Copy each line of the records below, from the first through the one that contains "v 2.077 -4.548 0", exactly as written.

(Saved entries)
※

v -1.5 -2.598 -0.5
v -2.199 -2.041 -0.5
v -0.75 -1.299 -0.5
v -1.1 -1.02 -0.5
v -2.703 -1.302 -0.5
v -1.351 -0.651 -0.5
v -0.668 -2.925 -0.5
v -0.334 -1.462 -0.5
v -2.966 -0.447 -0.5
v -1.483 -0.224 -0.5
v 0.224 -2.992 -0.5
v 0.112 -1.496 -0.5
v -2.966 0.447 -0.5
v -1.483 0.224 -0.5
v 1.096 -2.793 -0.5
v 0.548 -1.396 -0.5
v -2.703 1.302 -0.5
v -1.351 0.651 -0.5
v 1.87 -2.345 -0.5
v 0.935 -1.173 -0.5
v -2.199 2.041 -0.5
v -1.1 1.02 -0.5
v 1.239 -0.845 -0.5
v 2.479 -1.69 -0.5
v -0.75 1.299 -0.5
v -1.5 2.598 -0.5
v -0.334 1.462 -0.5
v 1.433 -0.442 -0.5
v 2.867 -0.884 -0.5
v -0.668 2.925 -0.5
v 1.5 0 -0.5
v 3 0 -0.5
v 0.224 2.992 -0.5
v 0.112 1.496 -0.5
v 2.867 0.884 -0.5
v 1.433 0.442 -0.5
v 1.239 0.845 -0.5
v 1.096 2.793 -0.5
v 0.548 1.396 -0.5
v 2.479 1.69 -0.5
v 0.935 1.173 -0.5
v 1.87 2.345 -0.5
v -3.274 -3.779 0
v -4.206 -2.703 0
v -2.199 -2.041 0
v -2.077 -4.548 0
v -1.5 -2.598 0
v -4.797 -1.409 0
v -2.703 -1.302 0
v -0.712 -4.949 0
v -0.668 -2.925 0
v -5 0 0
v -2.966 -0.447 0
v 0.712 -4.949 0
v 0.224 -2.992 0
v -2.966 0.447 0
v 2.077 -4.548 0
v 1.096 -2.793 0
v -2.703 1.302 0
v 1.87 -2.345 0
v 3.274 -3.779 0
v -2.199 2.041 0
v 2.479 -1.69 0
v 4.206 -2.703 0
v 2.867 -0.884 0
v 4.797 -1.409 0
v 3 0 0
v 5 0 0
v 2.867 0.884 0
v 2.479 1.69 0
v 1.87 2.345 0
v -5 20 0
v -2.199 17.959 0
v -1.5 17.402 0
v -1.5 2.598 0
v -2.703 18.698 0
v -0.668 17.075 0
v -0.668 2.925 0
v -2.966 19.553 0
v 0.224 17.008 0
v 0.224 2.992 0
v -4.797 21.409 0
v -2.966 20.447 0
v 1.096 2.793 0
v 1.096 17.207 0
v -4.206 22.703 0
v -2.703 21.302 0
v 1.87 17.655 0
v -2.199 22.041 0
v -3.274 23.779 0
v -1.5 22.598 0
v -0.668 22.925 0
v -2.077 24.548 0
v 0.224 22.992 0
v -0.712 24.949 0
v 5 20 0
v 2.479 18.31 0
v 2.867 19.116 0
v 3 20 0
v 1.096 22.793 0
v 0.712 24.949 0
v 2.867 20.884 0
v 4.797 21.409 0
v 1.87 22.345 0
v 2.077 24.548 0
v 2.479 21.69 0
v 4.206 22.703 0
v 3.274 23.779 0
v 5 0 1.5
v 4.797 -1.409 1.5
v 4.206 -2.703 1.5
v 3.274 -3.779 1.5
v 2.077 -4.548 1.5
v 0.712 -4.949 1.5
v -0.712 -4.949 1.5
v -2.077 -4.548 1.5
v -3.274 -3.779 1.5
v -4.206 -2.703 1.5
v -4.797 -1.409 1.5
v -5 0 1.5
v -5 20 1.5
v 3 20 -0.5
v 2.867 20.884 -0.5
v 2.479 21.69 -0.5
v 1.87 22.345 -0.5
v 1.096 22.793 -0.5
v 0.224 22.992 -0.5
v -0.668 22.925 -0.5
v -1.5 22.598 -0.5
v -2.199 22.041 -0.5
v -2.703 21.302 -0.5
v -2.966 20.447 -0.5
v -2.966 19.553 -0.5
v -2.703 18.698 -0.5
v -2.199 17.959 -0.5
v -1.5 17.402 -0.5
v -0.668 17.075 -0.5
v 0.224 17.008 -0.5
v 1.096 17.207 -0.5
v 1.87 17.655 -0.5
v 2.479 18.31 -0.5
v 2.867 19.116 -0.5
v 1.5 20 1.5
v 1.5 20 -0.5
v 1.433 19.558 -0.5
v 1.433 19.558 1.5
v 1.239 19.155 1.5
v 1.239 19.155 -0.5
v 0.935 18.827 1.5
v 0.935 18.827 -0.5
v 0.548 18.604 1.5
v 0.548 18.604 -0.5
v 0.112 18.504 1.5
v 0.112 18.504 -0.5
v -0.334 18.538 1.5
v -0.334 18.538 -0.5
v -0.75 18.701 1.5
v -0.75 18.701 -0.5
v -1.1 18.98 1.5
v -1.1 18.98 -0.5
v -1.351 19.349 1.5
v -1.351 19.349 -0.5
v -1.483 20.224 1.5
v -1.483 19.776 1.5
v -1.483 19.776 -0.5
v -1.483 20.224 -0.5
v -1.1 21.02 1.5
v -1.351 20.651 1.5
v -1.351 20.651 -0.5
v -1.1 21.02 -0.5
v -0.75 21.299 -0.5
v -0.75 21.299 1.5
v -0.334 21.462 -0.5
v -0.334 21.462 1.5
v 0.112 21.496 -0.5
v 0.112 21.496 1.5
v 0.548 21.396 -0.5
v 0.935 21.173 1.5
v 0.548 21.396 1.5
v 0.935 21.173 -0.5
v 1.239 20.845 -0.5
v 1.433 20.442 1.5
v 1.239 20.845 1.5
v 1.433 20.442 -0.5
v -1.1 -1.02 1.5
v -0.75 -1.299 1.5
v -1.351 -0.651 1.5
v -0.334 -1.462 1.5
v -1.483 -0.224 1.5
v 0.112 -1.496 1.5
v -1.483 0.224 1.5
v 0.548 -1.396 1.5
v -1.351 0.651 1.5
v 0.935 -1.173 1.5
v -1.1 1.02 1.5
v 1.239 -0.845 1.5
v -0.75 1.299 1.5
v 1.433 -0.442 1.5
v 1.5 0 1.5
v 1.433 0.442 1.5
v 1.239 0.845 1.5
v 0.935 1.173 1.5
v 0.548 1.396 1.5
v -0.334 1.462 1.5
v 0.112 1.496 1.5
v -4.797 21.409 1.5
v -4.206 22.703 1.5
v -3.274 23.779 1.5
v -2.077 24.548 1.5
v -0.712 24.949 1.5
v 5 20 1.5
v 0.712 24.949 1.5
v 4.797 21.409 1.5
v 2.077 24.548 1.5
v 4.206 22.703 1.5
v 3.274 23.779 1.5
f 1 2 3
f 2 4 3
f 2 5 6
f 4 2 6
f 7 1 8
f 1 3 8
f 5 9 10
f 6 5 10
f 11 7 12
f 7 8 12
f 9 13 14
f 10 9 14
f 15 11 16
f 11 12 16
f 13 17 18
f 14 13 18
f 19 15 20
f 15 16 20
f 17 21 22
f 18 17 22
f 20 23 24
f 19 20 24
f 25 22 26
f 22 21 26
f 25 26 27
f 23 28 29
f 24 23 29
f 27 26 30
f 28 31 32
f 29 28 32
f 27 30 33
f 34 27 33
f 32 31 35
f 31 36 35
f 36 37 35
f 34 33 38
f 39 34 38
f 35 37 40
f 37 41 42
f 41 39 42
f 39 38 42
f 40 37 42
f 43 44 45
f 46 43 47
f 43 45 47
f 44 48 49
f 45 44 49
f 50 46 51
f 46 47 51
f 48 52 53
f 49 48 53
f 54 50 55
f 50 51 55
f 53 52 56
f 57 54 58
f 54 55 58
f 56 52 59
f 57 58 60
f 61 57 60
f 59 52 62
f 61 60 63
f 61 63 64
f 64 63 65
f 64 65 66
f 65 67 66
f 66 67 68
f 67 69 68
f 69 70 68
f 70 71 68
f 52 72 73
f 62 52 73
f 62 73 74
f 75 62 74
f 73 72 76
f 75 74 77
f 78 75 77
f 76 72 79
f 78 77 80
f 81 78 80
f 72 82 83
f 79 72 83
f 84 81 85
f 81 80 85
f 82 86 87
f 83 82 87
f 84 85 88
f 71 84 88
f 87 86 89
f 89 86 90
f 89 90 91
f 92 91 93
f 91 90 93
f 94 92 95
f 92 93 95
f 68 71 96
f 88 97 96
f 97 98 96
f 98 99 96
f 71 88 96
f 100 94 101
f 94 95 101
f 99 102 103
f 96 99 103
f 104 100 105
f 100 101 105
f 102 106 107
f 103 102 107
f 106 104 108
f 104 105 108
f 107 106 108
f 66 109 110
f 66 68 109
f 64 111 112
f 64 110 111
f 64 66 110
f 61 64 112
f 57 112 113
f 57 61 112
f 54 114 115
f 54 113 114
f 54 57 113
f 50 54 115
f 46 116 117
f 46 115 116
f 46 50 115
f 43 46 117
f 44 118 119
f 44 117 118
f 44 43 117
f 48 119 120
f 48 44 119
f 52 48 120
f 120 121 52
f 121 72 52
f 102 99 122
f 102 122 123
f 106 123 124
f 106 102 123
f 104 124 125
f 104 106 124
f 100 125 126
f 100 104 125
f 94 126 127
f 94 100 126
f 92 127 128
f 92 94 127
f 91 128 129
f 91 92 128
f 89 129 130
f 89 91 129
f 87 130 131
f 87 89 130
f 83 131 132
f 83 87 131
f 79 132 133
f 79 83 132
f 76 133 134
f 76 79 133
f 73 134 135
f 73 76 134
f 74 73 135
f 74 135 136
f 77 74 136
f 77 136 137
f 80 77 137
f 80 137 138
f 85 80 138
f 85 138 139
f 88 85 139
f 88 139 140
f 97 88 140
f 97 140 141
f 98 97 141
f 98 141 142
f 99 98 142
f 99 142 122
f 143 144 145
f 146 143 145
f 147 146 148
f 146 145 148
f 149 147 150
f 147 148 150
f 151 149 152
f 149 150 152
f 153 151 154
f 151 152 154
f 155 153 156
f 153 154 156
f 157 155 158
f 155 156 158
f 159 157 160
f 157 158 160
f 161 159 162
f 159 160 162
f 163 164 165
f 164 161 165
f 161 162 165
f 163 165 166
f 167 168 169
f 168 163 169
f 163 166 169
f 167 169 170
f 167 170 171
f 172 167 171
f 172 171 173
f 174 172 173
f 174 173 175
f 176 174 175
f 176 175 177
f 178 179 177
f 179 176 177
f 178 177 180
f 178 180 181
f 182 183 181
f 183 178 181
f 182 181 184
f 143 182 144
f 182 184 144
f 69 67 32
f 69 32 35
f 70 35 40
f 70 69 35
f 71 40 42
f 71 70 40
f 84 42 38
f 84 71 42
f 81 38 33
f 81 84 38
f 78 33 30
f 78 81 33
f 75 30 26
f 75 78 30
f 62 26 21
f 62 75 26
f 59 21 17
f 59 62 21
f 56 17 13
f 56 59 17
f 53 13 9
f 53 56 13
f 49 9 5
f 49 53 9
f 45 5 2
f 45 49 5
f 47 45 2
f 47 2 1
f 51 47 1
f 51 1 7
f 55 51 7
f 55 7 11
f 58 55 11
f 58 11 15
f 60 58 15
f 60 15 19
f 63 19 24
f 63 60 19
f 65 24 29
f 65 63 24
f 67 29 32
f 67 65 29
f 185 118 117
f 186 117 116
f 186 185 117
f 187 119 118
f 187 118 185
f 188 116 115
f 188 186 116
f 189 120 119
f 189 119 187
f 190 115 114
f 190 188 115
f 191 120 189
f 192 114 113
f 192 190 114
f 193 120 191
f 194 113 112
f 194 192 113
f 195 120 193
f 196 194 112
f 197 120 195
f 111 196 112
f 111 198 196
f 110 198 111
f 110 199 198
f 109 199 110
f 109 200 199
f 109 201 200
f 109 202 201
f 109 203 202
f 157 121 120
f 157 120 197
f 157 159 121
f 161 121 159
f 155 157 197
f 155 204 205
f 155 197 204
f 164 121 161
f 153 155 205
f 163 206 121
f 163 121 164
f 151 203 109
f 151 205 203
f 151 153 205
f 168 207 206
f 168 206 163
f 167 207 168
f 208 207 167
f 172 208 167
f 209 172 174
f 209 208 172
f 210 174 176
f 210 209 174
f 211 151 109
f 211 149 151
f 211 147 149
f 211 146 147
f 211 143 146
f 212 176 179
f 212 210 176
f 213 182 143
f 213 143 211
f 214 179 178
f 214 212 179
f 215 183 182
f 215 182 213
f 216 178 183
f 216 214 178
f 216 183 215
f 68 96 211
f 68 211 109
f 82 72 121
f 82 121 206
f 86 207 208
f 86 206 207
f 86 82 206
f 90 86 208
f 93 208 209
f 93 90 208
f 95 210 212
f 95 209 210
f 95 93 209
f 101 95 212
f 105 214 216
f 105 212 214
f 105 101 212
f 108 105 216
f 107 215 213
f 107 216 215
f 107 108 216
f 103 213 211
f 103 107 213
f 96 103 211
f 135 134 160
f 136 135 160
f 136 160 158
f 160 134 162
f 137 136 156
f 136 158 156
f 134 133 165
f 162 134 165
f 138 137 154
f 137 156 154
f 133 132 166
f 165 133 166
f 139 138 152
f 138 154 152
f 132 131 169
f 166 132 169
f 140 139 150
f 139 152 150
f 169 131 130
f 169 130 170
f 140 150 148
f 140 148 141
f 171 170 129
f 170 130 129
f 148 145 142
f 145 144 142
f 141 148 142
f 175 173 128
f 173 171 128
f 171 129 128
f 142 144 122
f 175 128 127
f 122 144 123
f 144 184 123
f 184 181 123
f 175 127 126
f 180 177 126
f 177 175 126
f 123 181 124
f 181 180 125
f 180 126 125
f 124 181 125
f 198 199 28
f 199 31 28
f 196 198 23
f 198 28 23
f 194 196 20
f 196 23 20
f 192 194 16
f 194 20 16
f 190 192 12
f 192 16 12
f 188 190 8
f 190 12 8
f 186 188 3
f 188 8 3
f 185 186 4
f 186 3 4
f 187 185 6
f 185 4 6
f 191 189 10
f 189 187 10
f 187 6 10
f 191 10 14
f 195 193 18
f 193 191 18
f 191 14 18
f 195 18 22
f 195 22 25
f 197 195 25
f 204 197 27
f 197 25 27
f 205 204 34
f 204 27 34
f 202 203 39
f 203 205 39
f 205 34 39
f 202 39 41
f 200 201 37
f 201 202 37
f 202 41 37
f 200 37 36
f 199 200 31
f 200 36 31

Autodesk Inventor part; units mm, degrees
ref_plane "YZ Plane" through (0, 0, 0) normal (1, 0, 0) x (0, 1, 0)
ref_plane "XZ Plane" through (0, 0, 0) normal (0, 1, 0) x (-1, 0, 0)
ref_plane "XY Plane" through (0, 0, 0) normal (0, 0, 1) x (1, 0, 0)
sketch "Skizze1" plane through (0, 0, 0) normal (0, 0, 1) x (1, 0, 0)
  line L0 (0, 31) -> (0, -11) construction
  line L1 (-7, 0) -> (7, 0) construction
  circle A0 centre (0, 0) radius 1.5
  arc A1 (-5, 0) -> (5, 0) centre (0, 0) ccw
  circle A2 centre (0, 20) radius 1.5
  arc A3 (5, 20) -> (-5, 20) centre (0, 20) ccw
  line L2 (-5, 20) -> (-5, 0)
  line L3 (5, 20) -> (5, 0)
  circle A4 centre (0, 0) radius 3
  circle A5 centre (0, 20) radius 3
  dimension "d0" = 3
  dimension "d1" = 10
  dimension "d4" = 1.5
  dimension "d7" = 20
extrude "Extrusion1" add sketch "Skizze1" along normal blind 1.5 contours L2 A3 L3 A1 | A4 | A5
extrude "Extrusion2" add sketch "Skizze1" against normal blind 0.5 contours A4 | A5
properties part number "Mouth-Lever"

※

◆ **Answer to this exercise**:
v -1.5 -2.598 -0.5
v -2.199 -2.041 -0.5
v -0.75 -1.299 -0.5
v -1.1 -1.02 -0.5
v -2.703 -1.302 -0.5
v -1.351 -0.651 -0.5
v -0.668 -2.925 -0.5
v -0.334 -1.462 -0.5
v -2.966 -0.447 -0.5
v -1.483 -0.224 -0.5
v 0.224 -2.992 -0.5
v 0.112 -1.496 -0.5
v -2.966 0.447 -0.5
v -1.483 0.224 -0.5
v 1.096 -2.793 -0.5
v 0.548 -1.396 -0.5
v -2.703 1.302 -0.5
v -1.351 0.651 -0.5
v 1.87 -2.345 -0.5
v 0.935 -1.173 -0.5
v -2.199 2.041 -0.5
v -1.1 1.02 -0.5
v 1.239 -0.845 -0.5
v 2.479 -1.69 -0.5
v -0.75 1.299 -0.5
v -1.5 2.598 -0.5
v -0.334 1.462 -0.5
v 1.433 -0.442 -0.5
v 2.867 -0.884 -0.5
v -0.668 2.925 -0.5
v 1.5 0 -0.5
v 3 0 -0.5
v 0.224 2.992 -0.5
v 0.112 1.496 -0.5
v 2.867 0.884 -0.5
v 1.433 0.442 -0.5
v 1.239 0.845 -0.5
v 1.096 2.793 -0.5
v 0.548 1.396 -0.5
v 2.479 1.69 -0.5
v 0.935 1.173 -0.5
v 1.87 2.345 -0.5
v -3.274 -3.779 0
v -4.206 -2.703 0
v -2.199 -2.041 0
v -2.077 -4.548 0
v -1.5 -2.598 0
v -4.797 -1.409 0
v -2.703 -1.302 0
v -0.712 -4.949 0
v -0.668 -2.925 0
v -5 0 0
v -2.966 -0.447 0
v 0.712 -4.949 0
v 0.224 -2.992 0
v -2.966 0.447 0
v 2.077 -4.548 0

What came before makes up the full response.